• [Requirement]:
Print, from the listing below, the lines starting at the line containing "f 134 135 136" and ending at the line containing "f 173 196 182", exactly as they stand, and print nothing else.

··· Information ···

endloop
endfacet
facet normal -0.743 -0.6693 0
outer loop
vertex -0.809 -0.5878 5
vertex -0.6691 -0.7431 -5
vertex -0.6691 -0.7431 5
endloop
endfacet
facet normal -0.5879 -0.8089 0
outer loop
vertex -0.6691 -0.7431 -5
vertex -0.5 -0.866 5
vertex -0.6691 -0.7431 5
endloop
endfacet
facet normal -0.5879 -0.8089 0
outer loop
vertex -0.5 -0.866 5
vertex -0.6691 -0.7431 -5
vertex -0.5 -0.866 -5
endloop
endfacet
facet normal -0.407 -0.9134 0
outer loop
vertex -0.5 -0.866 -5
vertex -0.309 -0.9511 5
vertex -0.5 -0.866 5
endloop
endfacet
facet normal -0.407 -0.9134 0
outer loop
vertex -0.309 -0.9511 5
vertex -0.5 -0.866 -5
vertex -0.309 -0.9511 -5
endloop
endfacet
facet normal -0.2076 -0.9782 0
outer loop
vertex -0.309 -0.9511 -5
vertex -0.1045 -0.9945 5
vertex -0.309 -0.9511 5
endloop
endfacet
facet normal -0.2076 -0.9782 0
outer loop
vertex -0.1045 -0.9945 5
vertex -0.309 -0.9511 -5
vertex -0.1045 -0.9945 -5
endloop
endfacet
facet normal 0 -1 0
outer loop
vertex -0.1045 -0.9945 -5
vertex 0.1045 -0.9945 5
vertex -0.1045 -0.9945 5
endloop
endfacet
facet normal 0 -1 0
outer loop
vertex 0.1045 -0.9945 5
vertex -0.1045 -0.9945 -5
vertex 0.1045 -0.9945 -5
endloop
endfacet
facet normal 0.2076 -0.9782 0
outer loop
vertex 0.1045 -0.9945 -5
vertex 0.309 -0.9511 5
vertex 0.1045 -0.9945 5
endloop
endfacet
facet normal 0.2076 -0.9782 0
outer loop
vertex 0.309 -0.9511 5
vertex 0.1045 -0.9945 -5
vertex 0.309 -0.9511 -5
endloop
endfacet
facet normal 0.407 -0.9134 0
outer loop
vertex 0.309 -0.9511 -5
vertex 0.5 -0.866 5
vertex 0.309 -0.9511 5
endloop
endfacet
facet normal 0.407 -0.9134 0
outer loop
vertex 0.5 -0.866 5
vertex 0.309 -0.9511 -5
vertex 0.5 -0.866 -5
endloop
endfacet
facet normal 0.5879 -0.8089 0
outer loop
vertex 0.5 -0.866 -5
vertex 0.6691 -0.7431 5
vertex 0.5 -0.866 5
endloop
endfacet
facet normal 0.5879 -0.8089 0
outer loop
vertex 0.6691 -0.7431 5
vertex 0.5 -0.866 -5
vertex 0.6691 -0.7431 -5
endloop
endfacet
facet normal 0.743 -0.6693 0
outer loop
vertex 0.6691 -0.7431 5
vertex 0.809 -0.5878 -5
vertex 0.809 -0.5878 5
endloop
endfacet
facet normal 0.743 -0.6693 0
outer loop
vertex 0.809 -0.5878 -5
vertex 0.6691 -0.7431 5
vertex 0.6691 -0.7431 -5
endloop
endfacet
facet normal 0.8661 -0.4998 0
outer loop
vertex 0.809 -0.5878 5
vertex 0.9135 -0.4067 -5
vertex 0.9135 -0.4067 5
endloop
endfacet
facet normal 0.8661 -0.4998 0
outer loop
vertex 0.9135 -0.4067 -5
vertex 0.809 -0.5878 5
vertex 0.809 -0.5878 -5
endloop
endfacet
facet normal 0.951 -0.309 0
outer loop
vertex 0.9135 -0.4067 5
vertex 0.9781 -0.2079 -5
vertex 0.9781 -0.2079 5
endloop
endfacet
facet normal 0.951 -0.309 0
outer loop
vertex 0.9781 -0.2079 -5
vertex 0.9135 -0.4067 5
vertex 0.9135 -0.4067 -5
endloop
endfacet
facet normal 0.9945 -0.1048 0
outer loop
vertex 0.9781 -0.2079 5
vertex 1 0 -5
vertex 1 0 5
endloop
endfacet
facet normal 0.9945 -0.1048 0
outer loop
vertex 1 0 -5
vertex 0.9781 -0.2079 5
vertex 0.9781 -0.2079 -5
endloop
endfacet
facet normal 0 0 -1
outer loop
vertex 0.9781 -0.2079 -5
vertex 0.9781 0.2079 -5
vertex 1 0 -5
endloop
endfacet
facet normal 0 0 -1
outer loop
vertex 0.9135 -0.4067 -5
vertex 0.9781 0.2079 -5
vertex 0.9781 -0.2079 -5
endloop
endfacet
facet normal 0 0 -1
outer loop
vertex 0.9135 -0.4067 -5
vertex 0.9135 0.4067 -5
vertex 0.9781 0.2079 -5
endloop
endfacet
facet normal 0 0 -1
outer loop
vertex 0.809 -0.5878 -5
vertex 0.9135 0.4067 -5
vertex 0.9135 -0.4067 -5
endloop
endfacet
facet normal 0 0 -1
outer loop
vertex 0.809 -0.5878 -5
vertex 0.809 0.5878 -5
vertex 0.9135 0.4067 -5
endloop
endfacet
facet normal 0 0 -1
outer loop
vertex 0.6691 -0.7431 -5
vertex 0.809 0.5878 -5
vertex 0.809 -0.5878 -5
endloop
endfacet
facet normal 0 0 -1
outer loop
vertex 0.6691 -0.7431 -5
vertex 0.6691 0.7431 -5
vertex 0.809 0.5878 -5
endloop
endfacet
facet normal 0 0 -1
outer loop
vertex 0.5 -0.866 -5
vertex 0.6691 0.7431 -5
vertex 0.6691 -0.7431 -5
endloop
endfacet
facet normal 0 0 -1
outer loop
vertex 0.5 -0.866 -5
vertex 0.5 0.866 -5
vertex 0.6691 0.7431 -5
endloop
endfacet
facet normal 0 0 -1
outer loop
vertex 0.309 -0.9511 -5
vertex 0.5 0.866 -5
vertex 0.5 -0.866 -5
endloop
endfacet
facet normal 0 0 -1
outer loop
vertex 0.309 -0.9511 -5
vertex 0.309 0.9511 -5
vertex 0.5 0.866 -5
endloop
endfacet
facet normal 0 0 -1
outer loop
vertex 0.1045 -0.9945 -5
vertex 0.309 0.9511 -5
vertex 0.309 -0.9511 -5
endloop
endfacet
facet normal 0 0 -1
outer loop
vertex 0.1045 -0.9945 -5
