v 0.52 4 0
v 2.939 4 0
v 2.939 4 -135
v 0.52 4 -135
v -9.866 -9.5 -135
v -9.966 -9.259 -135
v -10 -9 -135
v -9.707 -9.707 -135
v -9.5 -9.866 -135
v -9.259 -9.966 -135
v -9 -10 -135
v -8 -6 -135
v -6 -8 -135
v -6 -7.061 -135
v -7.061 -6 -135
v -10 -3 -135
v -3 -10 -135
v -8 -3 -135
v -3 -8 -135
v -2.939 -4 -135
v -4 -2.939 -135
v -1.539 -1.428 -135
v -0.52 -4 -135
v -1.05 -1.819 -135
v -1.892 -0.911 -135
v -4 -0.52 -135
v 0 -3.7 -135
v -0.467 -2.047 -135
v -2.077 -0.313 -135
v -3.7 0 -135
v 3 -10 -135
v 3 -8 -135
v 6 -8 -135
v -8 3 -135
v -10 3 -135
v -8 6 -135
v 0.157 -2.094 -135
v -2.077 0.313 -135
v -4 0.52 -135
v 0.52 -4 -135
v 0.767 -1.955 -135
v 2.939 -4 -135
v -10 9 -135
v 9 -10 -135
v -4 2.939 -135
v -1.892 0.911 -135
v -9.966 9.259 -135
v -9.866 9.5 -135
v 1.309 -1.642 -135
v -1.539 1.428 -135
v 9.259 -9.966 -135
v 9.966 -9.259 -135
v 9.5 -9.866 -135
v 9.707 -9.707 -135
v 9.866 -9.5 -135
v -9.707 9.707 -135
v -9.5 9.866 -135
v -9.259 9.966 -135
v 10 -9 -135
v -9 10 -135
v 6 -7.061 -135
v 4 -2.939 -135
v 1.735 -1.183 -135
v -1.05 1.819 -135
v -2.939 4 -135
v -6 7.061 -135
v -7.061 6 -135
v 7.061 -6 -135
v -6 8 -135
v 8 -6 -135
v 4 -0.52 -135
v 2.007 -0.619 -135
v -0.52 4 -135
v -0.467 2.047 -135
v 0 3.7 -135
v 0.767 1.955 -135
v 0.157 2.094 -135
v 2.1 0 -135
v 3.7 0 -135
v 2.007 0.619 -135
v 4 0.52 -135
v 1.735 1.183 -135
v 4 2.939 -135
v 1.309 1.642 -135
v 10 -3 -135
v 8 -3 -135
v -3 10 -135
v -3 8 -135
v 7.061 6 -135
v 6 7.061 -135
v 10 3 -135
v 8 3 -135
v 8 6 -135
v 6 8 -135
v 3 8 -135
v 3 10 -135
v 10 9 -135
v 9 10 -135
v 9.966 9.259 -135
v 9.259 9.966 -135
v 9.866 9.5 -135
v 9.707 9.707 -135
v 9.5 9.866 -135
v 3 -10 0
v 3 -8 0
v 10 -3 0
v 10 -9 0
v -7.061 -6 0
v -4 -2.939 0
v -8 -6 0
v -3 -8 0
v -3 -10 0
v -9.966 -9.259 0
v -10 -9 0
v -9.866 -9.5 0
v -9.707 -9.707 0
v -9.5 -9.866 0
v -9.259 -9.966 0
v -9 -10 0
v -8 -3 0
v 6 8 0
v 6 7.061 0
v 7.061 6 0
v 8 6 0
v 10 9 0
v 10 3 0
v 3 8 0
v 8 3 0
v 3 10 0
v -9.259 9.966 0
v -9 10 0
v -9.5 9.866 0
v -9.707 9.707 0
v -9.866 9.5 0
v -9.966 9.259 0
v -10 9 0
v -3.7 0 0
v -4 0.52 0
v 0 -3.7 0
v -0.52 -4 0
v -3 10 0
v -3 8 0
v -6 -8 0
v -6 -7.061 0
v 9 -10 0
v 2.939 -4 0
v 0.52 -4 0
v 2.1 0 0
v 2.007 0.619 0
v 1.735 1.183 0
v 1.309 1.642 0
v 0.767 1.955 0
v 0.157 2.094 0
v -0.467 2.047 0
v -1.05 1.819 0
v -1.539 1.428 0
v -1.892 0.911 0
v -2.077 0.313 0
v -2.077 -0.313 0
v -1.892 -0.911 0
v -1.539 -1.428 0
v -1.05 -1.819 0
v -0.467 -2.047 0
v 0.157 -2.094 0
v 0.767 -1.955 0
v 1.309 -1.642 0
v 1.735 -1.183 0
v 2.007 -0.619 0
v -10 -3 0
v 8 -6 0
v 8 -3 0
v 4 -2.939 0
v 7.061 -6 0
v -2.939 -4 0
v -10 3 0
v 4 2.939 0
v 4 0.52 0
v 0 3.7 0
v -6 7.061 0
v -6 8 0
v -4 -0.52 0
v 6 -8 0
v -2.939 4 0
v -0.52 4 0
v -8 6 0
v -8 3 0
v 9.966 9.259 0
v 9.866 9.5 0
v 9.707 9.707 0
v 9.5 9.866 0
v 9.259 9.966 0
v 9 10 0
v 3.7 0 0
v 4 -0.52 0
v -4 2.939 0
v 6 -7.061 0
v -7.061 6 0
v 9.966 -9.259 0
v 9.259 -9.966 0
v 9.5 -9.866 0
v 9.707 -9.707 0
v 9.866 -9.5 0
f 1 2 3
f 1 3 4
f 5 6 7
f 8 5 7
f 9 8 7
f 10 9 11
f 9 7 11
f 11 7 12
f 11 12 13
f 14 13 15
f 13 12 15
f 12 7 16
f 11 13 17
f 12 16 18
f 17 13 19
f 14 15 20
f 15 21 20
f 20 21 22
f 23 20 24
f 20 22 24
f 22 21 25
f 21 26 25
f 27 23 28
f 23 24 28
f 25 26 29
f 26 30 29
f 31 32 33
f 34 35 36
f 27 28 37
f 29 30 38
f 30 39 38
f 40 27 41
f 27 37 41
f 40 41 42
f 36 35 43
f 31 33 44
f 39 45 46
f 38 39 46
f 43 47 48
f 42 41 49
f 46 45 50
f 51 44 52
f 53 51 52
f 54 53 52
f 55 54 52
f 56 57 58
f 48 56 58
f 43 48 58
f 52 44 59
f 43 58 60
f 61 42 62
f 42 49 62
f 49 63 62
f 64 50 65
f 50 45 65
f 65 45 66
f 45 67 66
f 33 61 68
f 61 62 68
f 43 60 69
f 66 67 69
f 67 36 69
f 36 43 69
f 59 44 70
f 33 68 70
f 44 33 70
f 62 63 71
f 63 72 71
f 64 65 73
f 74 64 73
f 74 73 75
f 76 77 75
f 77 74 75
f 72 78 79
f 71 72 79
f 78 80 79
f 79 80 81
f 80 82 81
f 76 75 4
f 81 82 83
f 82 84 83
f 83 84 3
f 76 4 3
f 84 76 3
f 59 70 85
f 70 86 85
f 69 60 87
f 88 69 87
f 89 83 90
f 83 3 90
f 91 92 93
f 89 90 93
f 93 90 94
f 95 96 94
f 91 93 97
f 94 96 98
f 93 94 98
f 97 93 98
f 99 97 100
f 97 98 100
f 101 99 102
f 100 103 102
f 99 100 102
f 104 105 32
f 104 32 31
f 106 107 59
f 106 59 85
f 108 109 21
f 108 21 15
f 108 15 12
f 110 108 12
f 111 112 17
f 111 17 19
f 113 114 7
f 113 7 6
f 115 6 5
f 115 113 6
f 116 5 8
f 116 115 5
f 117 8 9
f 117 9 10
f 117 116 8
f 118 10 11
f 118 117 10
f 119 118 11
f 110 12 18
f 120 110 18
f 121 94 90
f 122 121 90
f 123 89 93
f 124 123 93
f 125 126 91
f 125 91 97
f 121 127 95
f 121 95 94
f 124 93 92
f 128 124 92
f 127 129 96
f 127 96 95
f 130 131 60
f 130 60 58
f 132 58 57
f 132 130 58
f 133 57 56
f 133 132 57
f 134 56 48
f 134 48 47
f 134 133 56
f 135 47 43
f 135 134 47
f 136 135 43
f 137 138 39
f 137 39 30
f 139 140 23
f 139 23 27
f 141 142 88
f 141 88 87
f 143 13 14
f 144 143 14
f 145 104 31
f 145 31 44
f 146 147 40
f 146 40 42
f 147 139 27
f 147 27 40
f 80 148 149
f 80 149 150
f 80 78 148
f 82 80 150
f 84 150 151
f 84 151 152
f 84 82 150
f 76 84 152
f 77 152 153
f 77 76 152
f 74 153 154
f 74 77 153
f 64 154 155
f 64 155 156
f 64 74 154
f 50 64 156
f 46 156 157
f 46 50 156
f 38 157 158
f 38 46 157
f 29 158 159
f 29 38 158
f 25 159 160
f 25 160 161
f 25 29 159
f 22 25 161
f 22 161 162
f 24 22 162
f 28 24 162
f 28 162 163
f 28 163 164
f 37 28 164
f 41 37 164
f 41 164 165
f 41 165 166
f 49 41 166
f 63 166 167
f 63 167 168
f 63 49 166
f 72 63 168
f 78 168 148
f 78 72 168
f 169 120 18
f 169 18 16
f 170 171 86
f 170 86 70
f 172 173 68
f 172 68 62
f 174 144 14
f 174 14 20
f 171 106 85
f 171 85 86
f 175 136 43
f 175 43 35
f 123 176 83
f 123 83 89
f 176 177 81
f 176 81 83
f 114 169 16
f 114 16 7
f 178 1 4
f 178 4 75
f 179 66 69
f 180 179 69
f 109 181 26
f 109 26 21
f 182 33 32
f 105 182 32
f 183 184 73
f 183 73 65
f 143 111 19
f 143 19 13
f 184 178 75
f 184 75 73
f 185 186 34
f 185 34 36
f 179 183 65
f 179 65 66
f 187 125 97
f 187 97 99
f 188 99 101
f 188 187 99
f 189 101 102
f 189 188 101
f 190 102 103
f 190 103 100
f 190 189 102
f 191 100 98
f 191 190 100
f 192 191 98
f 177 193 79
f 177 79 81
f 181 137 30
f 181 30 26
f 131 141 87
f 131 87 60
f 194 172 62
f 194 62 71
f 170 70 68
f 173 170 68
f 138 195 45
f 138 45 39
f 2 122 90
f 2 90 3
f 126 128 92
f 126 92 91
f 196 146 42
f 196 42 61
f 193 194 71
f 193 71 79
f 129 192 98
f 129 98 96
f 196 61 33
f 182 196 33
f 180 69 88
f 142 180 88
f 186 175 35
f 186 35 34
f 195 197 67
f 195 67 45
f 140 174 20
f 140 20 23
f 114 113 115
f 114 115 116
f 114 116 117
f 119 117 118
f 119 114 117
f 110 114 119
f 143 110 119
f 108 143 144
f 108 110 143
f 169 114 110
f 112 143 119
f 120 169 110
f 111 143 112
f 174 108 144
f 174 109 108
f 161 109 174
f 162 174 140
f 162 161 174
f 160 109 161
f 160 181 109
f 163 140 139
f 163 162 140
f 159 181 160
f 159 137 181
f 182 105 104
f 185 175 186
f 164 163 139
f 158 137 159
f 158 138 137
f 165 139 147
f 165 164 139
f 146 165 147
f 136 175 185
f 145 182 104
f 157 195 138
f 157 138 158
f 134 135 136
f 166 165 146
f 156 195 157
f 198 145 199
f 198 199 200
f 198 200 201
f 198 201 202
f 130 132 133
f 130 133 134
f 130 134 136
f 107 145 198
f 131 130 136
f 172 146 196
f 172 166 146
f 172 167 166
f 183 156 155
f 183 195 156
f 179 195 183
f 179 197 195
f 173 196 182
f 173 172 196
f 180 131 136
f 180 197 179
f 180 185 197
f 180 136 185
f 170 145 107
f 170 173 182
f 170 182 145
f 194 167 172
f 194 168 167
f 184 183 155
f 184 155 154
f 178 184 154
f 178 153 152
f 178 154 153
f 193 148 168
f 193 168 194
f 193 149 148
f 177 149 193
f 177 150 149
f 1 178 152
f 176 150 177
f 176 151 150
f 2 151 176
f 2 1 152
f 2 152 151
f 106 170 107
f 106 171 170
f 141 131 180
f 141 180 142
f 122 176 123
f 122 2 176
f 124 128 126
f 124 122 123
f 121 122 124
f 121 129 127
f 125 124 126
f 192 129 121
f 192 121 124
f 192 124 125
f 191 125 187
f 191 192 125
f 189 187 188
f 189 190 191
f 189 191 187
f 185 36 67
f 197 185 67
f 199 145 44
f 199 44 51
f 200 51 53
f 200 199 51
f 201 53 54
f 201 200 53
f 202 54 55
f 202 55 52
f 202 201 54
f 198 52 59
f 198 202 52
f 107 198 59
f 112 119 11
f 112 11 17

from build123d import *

# Parameters (mm, degrees)
BOSS_EXTRUDE1_DEPTH = 135
SKETCH2_W           = 135
SKETCH2_H           = 2.1


with BuildPart() as part:
    # Sketch1 → Boss-Extrude1 (new body)
    with BuildSketch(Plane.XY):
        with BuildLine():
            Line((-10, -3), (-10, -9))
            ThreePointArc((-10, -9), (-9.707106781, -9.707106781), (-9, -10))
            Line((-9, -10), (-3, -10))
            Line((-3, -10), (-3, -8))
            Line((-3, -8), (-6, -8))
            Line((-6, -8), (-6, -7.060660172))
            Line((-6, -7.060660172), (-2.939339828, -4))
            Line((-2.939339828, -4), (-0.519615242, -4))
            Line((-0.519615242, -4), (0, -3.7))
            Line((0, -3.7), (0.519615242, -4))
            Line((0.519615242, -4), (2.939339828, -4))
            Line((2.939339828, -4), (6, -7.060660172))
            Line((6, -7.060660172), (6, -8))
            Line((6, -8), (3, -8))
            Line((3, -8), (3, -10))
            Line((3, -10), (9, -10))
            ThreePointArc((9, -10), (9.707106781, -9.707106781), (10, -9))
            Line((10, -9), (10, -3))
            Line((10, -3), (8, -3))
            Line((8, -3), (8, -6))
            Line((8, -6), (7.060660172, -6))
            Line((7.060660172, -6), (4, -2.939339828))
            Line((4, -2.939339828), (4, -0.519615242))
            Line((4, -0.519615242), (3.7, 0))
            Line((3.7, 0), (4, 0.519615242))
            Line((4, 0.519615242), (4, 2.939339828))
            Line((4, 2.939339828), (7.060660172, 6))
            Line((7.060660172, 6), (8, 6))
            Line((8, 6), (8, 3))
            Line((8, 3), (10, 3))
            Line((10, 3), (10, 9))
            ThreePointArc((10, 9), (9.707106781, 9.707106781), (9, 10))
            Line((9, 10), (3, 10))
            Line((3, 10), (3, 8))
            Line((3, 8), (6, 8))
            Line((6, 8), (6, 7.060660172))
            Line((6, 7.060660172), (2.939339828, 4))
            Line((2.939339828, 4), (0.519615242, 4))
            Line((0.519615242, 4), (0, 3.7))
            Line((0, 3.7), (-0.519615242, 4))
            Line((-0.519615242, 4), (-2.939339828, 4))
            Line((-2.939339828, 4), (-6, 7.060660172))
            Line((-6, 7.060660172), (-6, 8))
            Line((-6, 8), (-3, 8))
            Line((-3, 8), (-3, 10))
            Line((-3, 10), (-9, 10))
            ThreePointArc((-9, 10), (-9.707106781, 9.707106781), (-10, 9))
            Line((-10, 9), (-10, 3))
            Line((-10, 3), (-8, 3))
            Line((-8, 3), (-8, 6))
            Line((-8, 6), (-7.060660172, 6))
            Line((-7.060660172, 6), (-4, 2.939339828))
            Line((-4, 2.939339828), (-4, 0.519615242))
            Line((-4, 0.519615242), (-3.7, 0))
            Line((-3.7, 0), (-4, -0.519615242))
            Line((-4, -0.519615242), (-4, -2.939339828))
            Line((-4, -2.939339828), (-7.060660172, -6))
            Line((-7.060660172, -6), (-8, -6))
            Line((-8, -6), (-8, -3))
            Line((-8, -3), (-10, -3))
        make_face()
    extrude(amount=-BOSS_EXTRUDE1_DEPTH)

    # Sketch2 → Cut-Revolve1 (revolve, cut)
    with BuildSketch(Plane(origin=(0, 0, 0), x_dir=(0, 0, -1), z_dir=(1, 0, 0)), mode=Mode.PRIVATE) as cut_revolve1_sk:
        with Locations((67.5, 1.05)):
            Rectangle(SKETCH2_W, SKETCH2_H)
    revolve(cut_revolve1_sk.sketch.rotate(Axis((0, 0, -135), (0, 0, 1)), 270), axis=Axis((0, 0, -135), (0, 0, 1)), mode=Mode.SUBTRACT)


solid = part.part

···

• [Result]:
f 134 135 136
f 166 165 146
f 156 195 157
f 198 145 199
f 198 199 200
f 198 200 201
f 198 201 202
f 130 132 133
f 130 133 134
f 130 134 136
f 107 145 198
f 131 130 136
f 172 146 196
f 172 166 146
f 172 167 166
f 183 156 155
f 183 195 156
f 179 195 183
f 179 197 195
f 173 196 182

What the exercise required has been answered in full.